Alkermes plc is a fully integrated, global biopharmaceutical company that applies its scientific expertise and proprietary technologies to develop innovative medicines that improve patient outcomes. The company has a diversified portfolio of more than 20 commercial drug products and a substantial clinical pipeline of product candidates that address central nervous system (CNS) disorders such as addiction, schizophrenia and depression. Headquartered in Dublin, Ireland, Alkermes plc has an R&D center in Waltham, Massachusetts; a research and manufacturing facility in Athlone, Ireland; and manufacturing facilities in Gainesville, Georgia and Wilmington, Ohio. For more information, please visit Alkermes' website at www.alkermes.com.

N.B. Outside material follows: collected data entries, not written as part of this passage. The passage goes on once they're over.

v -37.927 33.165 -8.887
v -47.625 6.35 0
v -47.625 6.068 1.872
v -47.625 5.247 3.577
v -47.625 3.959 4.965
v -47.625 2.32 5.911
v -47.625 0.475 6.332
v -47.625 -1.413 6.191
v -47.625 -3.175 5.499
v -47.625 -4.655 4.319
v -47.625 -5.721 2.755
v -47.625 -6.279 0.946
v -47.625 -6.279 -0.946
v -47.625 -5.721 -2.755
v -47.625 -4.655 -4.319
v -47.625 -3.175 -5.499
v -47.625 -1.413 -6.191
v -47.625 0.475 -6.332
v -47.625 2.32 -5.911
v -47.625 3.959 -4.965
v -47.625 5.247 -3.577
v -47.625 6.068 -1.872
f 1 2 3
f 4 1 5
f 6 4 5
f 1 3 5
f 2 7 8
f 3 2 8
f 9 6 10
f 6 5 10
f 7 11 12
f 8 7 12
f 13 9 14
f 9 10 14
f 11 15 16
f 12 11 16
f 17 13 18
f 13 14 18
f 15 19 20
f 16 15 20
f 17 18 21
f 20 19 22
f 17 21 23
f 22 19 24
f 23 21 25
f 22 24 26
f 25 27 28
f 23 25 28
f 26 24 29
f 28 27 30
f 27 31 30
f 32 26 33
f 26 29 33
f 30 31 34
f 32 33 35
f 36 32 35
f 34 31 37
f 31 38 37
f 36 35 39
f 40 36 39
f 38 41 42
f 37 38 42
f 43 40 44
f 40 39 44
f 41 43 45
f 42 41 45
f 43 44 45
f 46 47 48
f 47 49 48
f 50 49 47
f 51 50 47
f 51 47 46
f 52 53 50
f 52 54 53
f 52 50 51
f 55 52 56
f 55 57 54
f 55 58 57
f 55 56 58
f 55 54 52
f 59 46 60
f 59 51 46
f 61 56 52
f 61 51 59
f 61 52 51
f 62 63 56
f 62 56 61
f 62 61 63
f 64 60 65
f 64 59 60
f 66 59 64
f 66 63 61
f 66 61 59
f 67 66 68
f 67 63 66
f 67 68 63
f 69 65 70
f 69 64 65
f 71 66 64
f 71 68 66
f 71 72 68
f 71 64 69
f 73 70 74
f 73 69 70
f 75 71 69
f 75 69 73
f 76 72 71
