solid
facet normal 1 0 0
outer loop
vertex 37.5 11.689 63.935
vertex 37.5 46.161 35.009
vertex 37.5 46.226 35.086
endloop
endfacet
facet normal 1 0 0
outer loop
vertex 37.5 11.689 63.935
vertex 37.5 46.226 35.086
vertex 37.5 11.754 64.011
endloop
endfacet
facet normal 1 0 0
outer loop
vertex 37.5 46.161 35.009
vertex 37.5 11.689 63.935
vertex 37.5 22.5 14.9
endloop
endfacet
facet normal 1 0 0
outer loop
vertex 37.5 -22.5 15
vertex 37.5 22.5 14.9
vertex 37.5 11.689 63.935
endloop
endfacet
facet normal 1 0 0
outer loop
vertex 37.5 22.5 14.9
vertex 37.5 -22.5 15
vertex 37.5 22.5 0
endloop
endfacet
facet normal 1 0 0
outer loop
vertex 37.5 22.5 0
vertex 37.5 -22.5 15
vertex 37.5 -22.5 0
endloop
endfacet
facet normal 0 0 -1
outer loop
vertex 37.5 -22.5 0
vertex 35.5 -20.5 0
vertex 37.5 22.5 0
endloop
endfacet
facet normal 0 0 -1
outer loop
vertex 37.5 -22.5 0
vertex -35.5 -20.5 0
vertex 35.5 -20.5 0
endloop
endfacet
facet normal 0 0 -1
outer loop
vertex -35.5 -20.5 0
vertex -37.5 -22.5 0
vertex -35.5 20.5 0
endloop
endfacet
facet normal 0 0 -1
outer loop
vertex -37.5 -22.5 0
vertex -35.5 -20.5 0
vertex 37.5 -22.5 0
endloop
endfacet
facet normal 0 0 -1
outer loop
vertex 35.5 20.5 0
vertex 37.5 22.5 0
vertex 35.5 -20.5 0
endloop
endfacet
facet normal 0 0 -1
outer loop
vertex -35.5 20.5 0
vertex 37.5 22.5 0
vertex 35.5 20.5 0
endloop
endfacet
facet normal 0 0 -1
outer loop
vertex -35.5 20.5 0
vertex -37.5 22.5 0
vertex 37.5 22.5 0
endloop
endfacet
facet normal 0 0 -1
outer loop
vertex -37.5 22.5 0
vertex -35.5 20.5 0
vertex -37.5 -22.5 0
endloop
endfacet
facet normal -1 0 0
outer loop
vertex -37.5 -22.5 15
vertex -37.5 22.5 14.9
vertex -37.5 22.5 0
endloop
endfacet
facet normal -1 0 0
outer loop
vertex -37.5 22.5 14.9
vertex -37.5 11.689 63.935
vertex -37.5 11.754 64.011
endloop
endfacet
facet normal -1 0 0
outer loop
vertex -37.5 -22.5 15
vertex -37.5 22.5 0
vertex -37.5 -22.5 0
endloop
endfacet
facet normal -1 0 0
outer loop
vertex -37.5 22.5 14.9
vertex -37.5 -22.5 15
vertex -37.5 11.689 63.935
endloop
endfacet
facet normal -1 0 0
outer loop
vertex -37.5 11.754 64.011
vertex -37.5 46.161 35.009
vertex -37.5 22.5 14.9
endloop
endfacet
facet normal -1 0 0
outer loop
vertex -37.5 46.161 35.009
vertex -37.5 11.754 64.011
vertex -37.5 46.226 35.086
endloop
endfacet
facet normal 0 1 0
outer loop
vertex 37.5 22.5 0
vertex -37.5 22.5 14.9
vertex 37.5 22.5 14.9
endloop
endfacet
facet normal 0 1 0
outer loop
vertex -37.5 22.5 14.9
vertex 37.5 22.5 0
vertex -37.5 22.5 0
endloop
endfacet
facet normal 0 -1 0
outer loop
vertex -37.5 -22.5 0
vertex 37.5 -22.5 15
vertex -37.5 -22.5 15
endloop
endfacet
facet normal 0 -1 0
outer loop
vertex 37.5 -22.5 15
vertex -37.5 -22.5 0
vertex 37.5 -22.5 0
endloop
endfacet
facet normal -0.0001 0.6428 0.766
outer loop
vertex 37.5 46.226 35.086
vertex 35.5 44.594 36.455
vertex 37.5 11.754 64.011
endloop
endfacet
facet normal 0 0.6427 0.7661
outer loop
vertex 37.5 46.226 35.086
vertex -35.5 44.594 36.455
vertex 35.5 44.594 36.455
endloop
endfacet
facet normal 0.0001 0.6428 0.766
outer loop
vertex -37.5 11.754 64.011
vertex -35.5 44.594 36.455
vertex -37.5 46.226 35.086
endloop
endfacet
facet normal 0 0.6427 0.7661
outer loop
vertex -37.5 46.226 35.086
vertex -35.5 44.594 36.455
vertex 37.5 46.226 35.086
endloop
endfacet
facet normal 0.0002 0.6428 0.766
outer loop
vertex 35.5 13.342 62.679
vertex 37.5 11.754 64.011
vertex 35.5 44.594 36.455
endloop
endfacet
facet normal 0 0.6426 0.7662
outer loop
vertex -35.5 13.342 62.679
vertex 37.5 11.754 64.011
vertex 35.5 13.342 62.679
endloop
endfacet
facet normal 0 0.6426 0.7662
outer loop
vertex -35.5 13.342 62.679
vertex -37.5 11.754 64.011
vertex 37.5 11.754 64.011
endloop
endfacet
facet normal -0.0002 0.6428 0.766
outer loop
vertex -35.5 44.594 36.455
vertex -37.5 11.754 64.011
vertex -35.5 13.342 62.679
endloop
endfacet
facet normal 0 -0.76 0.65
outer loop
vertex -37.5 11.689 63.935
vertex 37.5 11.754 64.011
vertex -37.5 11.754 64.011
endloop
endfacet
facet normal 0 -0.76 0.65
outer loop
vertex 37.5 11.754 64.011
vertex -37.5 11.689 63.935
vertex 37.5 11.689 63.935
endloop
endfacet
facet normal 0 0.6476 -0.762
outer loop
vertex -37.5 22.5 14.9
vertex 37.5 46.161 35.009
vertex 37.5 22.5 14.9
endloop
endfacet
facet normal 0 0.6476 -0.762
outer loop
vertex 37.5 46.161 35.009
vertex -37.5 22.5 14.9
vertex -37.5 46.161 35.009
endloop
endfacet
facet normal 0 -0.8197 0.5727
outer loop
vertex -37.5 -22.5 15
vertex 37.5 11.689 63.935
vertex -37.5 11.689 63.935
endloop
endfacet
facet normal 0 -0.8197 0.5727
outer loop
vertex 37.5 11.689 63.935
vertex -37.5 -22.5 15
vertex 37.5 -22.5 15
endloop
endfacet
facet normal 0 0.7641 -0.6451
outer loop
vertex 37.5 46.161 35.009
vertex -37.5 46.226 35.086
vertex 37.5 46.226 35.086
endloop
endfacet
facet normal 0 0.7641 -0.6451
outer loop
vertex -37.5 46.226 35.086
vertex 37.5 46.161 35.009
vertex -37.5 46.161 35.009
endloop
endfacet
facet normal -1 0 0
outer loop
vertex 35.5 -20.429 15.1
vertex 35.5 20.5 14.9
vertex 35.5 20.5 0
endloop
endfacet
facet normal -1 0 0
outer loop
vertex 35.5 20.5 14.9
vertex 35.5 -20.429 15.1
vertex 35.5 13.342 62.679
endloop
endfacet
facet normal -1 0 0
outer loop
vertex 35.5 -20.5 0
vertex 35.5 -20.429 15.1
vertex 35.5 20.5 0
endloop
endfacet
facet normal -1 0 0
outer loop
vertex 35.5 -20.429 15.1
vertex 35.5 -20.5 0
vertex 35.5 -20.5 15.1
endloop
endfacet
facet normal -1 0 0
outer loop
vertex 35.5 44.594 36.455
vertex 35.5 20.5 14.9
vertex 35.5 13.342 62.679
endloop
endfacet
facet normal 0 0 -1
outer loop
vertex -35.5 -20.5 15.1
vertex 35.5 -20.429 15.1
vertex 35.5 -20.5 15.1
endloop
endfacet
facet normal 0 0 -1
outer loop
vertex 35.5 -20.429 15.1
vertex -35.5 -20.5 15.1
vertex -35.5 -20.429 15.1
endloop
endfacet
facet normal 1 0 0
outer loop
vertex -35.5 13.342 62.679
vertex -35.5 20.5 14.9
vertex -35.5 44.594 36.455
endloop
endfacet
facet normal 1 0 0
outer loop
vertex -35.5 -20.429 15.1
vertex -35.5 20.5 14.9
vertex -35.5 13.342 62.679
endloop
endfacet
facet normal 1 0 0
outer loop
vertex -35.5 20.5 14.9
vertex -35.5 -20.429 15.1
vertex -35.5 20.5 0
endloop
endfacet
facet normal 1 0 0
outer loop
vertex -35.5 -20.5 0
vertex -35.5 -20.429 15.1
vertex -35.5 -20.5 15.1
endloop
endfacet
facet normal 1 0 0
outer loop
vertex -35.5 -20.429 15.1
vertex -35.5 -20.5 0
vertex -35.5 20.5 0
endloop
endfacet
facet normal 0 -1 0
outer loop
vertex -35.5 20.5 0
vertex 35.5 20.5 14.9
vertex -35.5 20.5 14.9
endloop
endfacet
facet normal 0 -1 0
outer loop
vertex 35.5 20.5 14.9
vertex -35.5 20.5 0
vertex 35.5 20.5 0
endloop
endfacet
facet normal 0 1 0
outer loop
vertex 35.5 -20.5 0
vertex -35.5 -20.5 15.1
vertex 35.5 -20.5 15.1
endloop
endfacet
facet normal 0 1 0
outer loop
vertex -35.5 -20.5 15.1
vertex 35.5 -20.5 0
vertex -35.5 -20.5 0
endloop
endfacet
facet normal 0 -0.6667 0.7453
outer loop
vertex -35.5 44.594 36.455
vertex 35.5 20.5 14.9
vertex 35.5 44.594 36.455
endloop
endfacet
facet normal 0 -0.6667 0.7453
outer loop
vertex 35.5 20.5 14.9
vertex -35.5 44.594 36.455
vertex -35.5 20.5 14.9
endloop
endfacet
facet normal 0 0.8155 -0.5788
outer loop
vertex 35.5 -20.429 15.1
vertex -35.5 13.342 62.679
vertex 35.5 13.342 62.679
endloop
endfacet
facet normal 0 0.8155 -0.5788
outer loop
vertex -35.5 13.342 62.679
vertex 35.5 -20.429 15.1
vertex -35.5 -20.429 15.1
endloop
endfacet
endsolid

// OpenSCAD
// 2015-2025 Ford F-150 Rear Console A/C Vent Deflector
// Parametric configuration

/* [Dimensions] */
// Width of the factory vent opening (measure the inside lip)
vent_width = 75.0;

// Height of the factory vent opening
vent_height = 45.0;

// How deep the friction-fit sleeve goes into the vent
insert_depth = 15.0;

// Wall thickness of the printed part
wall_thickness = 2.0;

// Angle of the upward scoop (Degrees)
scoop_angle = 40.0;

// How far the scoop extends out from the console
scoop_length = 45.0;

/* [Hidden] */
$fn = 60;

module deflector() {
    difference() {
        // --- OUTER SHELL ---
        union() {
            // 1. The straight insert (slides into the console)
            translate([-vent_width/2, -vent_height/2, 0])
                cube([vent_width, vent_height, insert_depth]);

            // 2. The angled scoop (Smoothly hulls from the insert to the new angle)
            hull() {
                // Base of the scoop (matches the end of the insert)
                translate([-vent_width/2, -vent_height/2, insert_depth - 0.1])
                    cube([vent_width, vent_height, 0.1]);

                // Top of the scoop (rotated upward)
                translate([0, 0, insert_depth])
                    rotate([-scoop_angle, 0, 0])
                    translate([-vent_width/2, -vent_height/2, scoop_length])
                    cube([vent_width, vent_height, 0.1]);
            }
        }

        // --- INNER SHELL SUBTRACTION (Hollows it out) ---
        union() {
            // 3. Hollow out the straight insert
            translate([-(vent_width - 2*wall_thickness)/2, -(vent_height - 2*wall_thickness)/2, -1])
                cube([vent_width - 2*wall_thickness, vent_height - 2*wall_thickness, insert_depth + 1.1]);

            // 4. Hollow out the angled scoop
            hull() {
                translate([-(vent_width - 2*wall_thickness)/2, -(vent_height - 2*wall_thickness)/2, insert_depth - 0.1])
                    cube([vent_width - 2*wall_thickness, vent_height - 2*wall_thickness, 0.1]);

                translate([0, 0, insert_depth])
                    rotate([-scoop_angle, 0, 0])
                    translate([-(vent_width - 2*wall_thickness)/2, -(vent_height - 2*wall_thickness)/2, scoop_length + 1])
                    cube([vent_width - 2*wall_thickness, vent_height - 2*wall_thickness, 0.1]);
            }
        }
    }
}

// Generate the part (Sitting flat on the insert base for support-free printing)
deflector();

Note Regarding Forward-Looking Statements

Certain statements set forth in this press release constitute "forward-looking statements" within the meaning of the Private Securities Litigation Reform Act of 1995, including, but not limited to statements concerning: the therapeutic value, clinical development plans, and commercial potential of the company's products, including ALKS 3831, ALKS 7106, RDB 1419 and the MMF prodrug program. You are cautioned that forward-looking statements are inherently uncertain. Although the company believes that such statements are based on reasonable assumptions within the bounds of its knowledge of its business and operations, the forward-looking statements are neither promises nor guarantees and they are necessarily subject to a high degree of uncertainty and risk. Actual performance and results may differ materially from those projected or suggested in the forward-looking statements due to various risks and uncertainties. These risks and uncertainties include, among others: clinical trials of our products may be unsuccessful or not initiated or conducted in a timely manner; our products may not show sufficient therapeutic effects or acceptable safety profiles; adverse decisions by regulatory authorities; existing clinical and preclinical data with respect to our products may not be indicative of future clinical or commercial results; and our inability to manufacture successfully our products; and those risks described in the Alkermes plc Annual Report on Form 10-K and Form 10-K/A for the year ended March 31, 2013, and in other filings made by the company with the U.S. Securities and Exchange Commission (SEC), which are available at the SEC's website at www.sec.gov. The information contained in this press release is provided by the company as of the date hereof, and, except as required by law, the company disclaims any intention or responsibility for updating any forward-looking information contained in this press release.

TECFIDERA® is a registered trademark of Biogen Idec.